As for my Thank you-s, I think I am generally generous with them. Those general Thank You-s. You brought me a glass of water. Thank you. You opened the door for me. Thank you. You picked up the glove I dropped. Thank you. But more pointed, more specific and longer Thank You-s I still struggle with. I certainly feel grateful when someone invites me over for a lovely dinner. I know the person worked hard to prepare the meal. I feel grateful. But saying that Thank you for … (the lovely dinner/having me over/whatever comes after that Thank you) I still have difficulty getting out of my mouth. More often than not I actually manage to say the words (unlike in the first years). I might look hard for the moment to do it, and I might have to try a few times and miss a few good moments, but eventually I do it.

Do I disapprove of expressing gratitude verbally? Not really; overall I think expressivity is a great thing, verbal or non-verbal. The only type of situations when verbal expressions of gratitude might start to bother me is when I hear a bunch of these statements in a short amount of time. The sheer number of them and the repetition get to me. The statements start to sound mechanical and therefore insincere (which doesn’t necessarily mean they are), but the possible appearance of insincerity bothers me enough.

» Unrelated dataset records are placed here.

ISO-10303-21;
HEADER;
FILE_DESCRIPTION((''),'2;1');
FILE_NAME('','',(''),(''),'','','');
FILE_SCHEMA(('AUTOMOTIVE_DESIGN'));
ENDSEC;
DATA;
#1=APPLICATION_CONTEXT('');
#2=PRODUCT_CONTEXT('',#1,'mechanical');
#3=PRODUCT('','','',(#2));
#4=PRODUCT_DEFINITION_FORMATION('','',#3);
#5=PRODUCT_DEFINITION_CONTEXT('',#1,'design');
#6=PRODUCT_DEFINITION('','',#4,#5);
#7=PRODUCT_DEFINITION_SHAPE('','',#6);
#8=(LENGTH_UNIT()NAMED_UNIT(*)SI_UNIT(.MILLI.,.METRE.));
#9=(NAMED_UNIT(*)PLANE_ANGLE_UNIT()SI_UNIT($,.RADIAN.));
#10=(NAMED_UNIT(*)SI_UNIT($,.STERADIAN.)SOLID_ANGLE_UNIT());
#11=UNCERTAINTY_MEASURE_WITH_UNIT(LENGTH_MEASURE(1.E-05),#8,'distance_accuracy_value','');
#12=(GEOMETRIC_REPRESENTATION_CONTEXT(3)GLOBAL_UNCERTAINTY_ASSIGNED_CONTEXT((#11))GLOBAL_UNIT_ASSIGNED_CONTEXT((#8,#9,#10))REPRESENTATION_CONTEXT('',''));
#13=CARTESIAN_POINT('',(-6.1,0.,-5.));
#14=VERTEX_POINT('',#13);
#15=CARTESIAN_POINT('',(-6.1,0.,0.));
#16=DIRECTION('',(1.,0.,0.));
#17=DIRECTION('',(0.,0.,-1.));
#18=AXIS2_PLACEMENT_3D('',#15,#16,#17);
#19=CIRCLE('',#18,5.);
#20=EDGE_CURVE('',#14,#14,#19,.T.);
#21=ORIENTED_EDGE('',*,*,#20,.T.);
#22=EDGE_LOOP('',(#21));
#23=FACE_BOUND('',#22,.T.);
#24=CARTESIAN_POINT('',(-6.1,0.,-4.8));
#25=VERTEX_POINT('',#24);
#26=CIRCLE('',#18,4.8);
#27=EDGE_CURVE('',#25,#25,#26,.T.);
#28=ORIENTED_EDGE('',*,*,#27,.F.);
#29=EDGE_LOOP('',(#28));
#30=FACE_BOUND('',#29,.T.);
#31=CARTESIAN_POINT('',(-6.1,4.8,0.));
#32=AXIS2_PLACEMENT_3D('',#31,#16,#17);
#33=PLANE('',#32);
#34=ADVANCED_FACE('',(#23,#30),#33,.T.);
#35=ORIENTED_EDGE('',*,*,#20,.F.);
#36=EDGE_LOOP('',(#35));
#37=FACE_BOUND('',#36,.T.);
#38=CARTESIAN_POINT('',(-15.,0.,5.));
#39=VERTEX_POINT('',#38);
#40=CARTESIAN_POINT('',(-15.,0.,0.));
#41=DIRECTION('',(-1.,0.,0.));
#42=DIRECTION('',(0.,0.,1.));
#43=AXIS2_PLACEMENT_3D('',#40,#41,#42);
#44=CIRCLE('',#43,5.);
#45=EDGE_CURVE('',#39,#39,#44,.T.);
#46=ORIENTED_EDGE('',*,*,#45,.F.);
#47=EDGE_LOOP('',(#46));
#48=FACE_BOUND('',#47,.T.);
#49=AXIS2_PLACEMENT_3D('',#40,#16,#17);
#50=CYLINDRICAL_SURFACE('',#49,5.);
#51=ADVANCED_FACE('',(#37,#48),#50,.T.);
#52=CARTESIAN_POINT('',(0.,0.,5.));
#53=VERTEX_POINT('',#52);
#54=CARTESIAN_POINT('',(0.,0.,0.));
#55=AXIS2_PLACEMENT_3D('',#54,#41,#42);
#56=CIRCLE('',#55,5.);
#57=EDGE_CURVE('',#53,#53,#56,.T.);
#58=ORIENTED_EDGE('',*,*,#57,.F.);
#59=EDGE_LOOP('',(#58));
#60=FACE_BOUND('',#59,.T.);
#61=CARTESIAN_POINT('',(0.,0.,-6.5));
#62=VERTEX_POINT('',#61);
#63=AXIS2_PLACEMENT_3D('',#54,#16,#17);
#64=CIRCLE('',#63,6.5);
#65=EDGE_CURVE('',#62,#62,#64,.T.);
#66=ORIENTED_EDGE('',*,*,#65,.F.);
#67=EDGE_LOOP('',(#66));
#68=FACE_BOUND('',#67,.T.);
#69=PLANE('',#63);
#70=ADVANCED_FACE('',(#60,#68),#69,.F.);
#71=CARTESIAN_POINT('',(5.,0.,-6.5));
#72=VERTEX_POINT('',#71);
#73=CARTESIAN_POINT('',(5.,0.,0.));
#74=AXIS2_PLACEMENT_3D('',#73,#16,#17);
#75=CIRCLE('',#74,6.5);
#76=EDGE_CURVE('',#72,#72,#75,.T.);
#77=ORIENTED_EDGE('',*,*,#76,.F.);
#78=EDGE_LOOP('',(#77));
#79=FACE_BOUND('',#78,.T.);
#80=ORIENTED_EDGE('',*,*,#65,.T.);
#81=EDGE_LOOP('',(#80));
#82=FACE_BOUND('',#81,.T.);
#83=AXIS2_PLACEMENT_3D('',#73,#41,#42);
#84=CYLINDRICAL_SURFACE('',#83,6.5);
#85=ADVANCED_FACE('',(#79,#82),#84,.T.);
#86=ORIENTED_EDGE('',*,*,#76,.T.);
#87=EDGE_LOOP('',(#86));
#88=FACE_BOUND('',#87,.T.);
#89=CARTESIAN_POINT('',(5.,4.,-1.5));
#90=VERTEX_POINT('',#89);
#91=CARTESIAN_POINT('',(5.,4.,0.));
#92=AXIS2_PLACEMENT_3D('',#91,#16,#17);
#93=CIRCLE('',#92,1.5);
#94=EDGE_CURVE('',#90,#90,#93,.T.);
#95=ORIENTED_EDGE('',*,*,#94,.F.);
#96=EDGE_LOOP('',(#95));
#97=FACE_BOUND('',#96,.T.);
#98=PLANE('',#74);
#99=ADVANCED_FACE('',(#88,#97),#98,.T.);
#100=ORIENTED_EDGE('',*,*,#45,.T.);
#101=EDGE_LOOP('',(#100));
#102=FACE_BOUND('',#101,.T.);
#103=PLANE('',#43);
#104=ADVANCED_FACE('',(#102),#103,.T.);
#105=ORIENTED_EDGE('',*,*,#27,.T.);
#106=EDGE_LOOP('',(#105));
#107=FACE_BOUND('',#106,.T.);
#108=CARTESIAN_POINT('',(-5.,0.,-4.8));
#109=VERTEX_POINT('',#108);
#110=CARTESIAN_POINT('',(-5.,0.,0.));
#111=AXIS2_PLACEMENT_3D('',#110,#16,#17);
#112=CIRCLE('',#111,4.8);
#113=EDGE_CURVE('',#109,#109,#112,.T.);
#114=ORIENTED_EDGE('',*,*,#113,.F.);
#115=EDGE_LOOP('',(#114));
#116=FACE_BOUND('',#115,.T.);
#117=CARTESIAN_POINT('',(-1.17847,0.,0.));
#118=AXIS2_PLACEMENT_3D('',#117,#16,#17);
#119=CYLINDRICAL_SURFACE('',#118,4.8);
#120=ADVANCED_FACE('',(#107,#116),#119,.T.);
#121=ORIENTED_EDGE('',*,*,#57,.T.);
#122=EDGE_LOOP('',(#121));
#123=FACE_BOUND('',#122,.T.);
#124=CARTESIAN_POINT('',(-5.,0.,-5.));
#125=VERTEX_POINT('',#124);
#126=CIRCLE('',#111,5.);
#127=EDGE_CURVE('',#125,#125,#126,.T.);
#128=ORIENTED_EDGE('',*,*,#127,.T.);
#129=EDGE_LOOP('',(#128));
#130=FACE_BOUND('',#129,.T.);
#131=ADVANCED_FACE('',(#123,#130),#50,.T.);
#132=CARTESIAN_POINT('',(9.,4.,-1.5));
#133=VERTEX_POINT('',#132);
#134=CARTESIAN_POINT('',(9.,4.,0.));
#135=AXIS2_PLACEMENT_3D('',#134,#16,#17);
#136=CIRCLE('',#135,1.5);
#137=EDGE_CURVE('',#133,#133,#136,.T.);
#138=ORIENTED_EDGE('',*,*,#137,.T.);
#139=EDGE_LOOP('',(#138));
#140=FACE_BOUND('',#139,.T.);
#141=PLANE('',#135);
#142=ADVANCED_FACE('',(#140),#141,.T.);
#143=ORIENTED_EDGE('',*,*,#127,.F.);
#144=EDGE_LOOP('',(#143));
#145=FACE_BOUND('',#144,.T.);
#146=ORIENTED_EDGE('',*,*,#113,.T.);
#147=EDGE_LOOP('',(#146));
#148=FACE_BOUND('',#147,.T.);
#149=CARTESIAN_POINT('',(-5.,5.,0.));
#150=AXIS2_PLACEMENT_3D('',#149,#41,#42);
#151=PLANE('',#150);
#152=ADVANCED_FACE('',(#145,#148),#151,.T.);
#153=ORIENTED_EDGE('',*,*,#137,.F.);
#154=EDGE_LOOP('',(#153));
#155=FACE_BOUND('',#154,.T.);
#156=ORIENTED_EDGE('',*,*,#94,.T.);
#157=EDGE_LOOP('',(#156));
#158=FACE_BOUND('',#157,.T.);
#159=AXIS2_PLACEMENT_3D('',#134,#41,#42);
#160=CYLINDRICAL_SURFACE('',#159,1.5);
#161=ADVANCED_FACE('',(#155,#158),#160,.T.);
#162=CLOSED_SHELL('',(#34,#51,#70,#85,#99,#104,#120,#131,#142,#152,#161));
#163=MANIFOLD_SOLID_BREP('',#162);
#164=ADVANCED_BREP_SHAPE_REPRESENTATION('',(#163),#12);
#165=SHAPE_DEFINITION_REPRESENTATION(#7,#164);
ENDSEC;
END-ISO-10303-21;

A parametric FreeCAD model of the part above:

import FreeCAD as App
import Part
import Sketcher
from FreeCAD import Vector

doc = App.newDocument("Part")
body = doc.addObject("PartDesign::Body", "Body")

# Sketch on YZ plane
sketch1 = body.newObject("Sketcher::SketchObject", "Sketch")
sketch1.AttachmentSupport = (doc.getObject("YZ_Plane"), [""])
sketch1.MapMode = "FlatFace"
sketch1.addGeometry(Part.Circle(Vector(0, 0, 0), Vector(0, 0, 1), 6), False)
sketch1.addConstraint([
    Sketcher.Constraint("Coincident", 0, 3, -1, 1),
    Sketcher.Constraint("Diameter", 0, 13.0),
])
pad1 = body.newObject("PartDesign::Pad", "Pad")
pad1.Profile = sketch1
pad1.Length = 5

# Sketch on YZ plane
sketch2 = body.newObject("Sketcher::SketchObject", "Sketch001")
sketch2.AttachmentSupport = (doc.getObject("YZ_Plane"), [""])
sketch2.MapMode = "FlatFace"
sketch2.addGeometry(Part.Circle(Vector(0, 0, 0), Vector(0, 0, 1), 5), False)
sketch2.addConstraint([
    Sketcher.Constraint("Coincident", 0, 3, -1, 1),
    Sketcher.Constraint("Diameter", 0, 10.0),
])
pad2 = body.newObject("PartDesign::Pad", "Pad001")
pad2.Profile = sketch2
pad2.Length = 15
pad2.Reversed = True

# Sketch on YZ plane
sketch3 = body.newObject("Sketcher::SketchObject", "Sketch002")
sketch3.AttachmentSupport = (doc.getObject("YZ_Plane"), [""])
sketch3.MapMode = "FlatFace"
sketch3.AttachmentOffset = App.Placement(Vector(0, 0, 5), App.Rotation())
sketch3.addGeometry(Part.Circle(Vector(4, 0, 0), Vector(0, 0, 1), 1.5), False)
sketch3.addConstraint([
    Sketcher.Constraint("PointOnObject", 0, 3, -1),
    Sketcher.Constraint("Diameter", 0, 3.0),
    Sketcher.Constraint("DistanceX", -1, 1, 0, 3, 4.0),
])
pad3 = body.newObject("PartDesign::Pad", "Pad002")
pad3.Profile = sketch3
pad3.Length = 4

# Sketch on XY plane
sketch4 = body.newObject("Sketcher::SketchObject", "Sketch003")
sketch4.AttachmentSupport = (doc.getObject("XY_Plane"), [""])
sketch4.MapMode = "FlatFace"
sketch4.addGeometry([
    Part.LineSegment(Vector(-6.1, 5, 0), Vector(-6.1, 4.8, 0)),
    Part.LineSegment(Vector(-6.1, 4.8, 0), Vector(-5, 4.8, 0)),
    Part.LineSegment(Vector(-5, 4.8, 0), Vector(-5, 5, 0)),
    Part.LineSegment(Vector(-5, 5, 0), Vector(-6.1, 5, 0)),
], False)
sketch4.addConstraint([
    Sketcher.Constraint("Coincident", 0, 2, 1, 1),
    Sketcher.Constraint("Coincident", 1, 2, 2, 1),
    Sketcher.Constraint("Coincident", 2, 2, 3, 1),
    Sketcher.Constraint("Coincident", 3, 2, 0, 1),
    Sketcher.Constraint("Vertical", 0),
    Sketcher.Constraint("Horizontal", 1),
    Sketcher.Constraint("Vertical", 2),
    Sketcher.Constraint("Horizontal", 3),
    Sketcher.Constraint("DistanceX", 1, 1, 1, 2, 1.1),
    Sketcher.Constraint("DistanceY", 0, 2, 0, 1, 0.2),
    Sketcher.Constraint("DistanceX", 1, 2, -1, 1, 5.0),
    Sketcher.Constraint("DistanceY", -1, 1, 2, 2, 5.0),
])
groove = body.newObject("PartDesign::Groove", "Groove")
groove.Profile = sketch4
groove.ReferenceAxis = (sketch4, ["H_Axis"])
groove.Angle = 360

doc.recompute()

So here I said it all about how I feel about Please and Thank You. That’s me. But I have this two-and-a half-year-old boy who is learning the basics of life from me. In the past two years, I tried hard to do my Pleases and Thank-You-s as often as I could. Because we live in the US, and I want to offer him the Serbian language and the Serbian culture, but the English language and the American culture as well. My son is actually pretty polite. In English and in Serbian. My husband and I are at times surprised.

I am not sure how good of a model  I am going to be once my son is linguistically ready for more complex Thank-You-s. Those that bother me most – Thank you for … whatever. And if my tendency to not use many Pleases in the house will eventually affect him.

Ultimately, I think I am most concerned about the kindness of his heart. As long as kindness is in place and as long as he doesn’t feel pressured to step into the realm of insincerity just to be polite, I think I’ll be happy. The rest? I hope he will find his own way, walking the line between two cultures.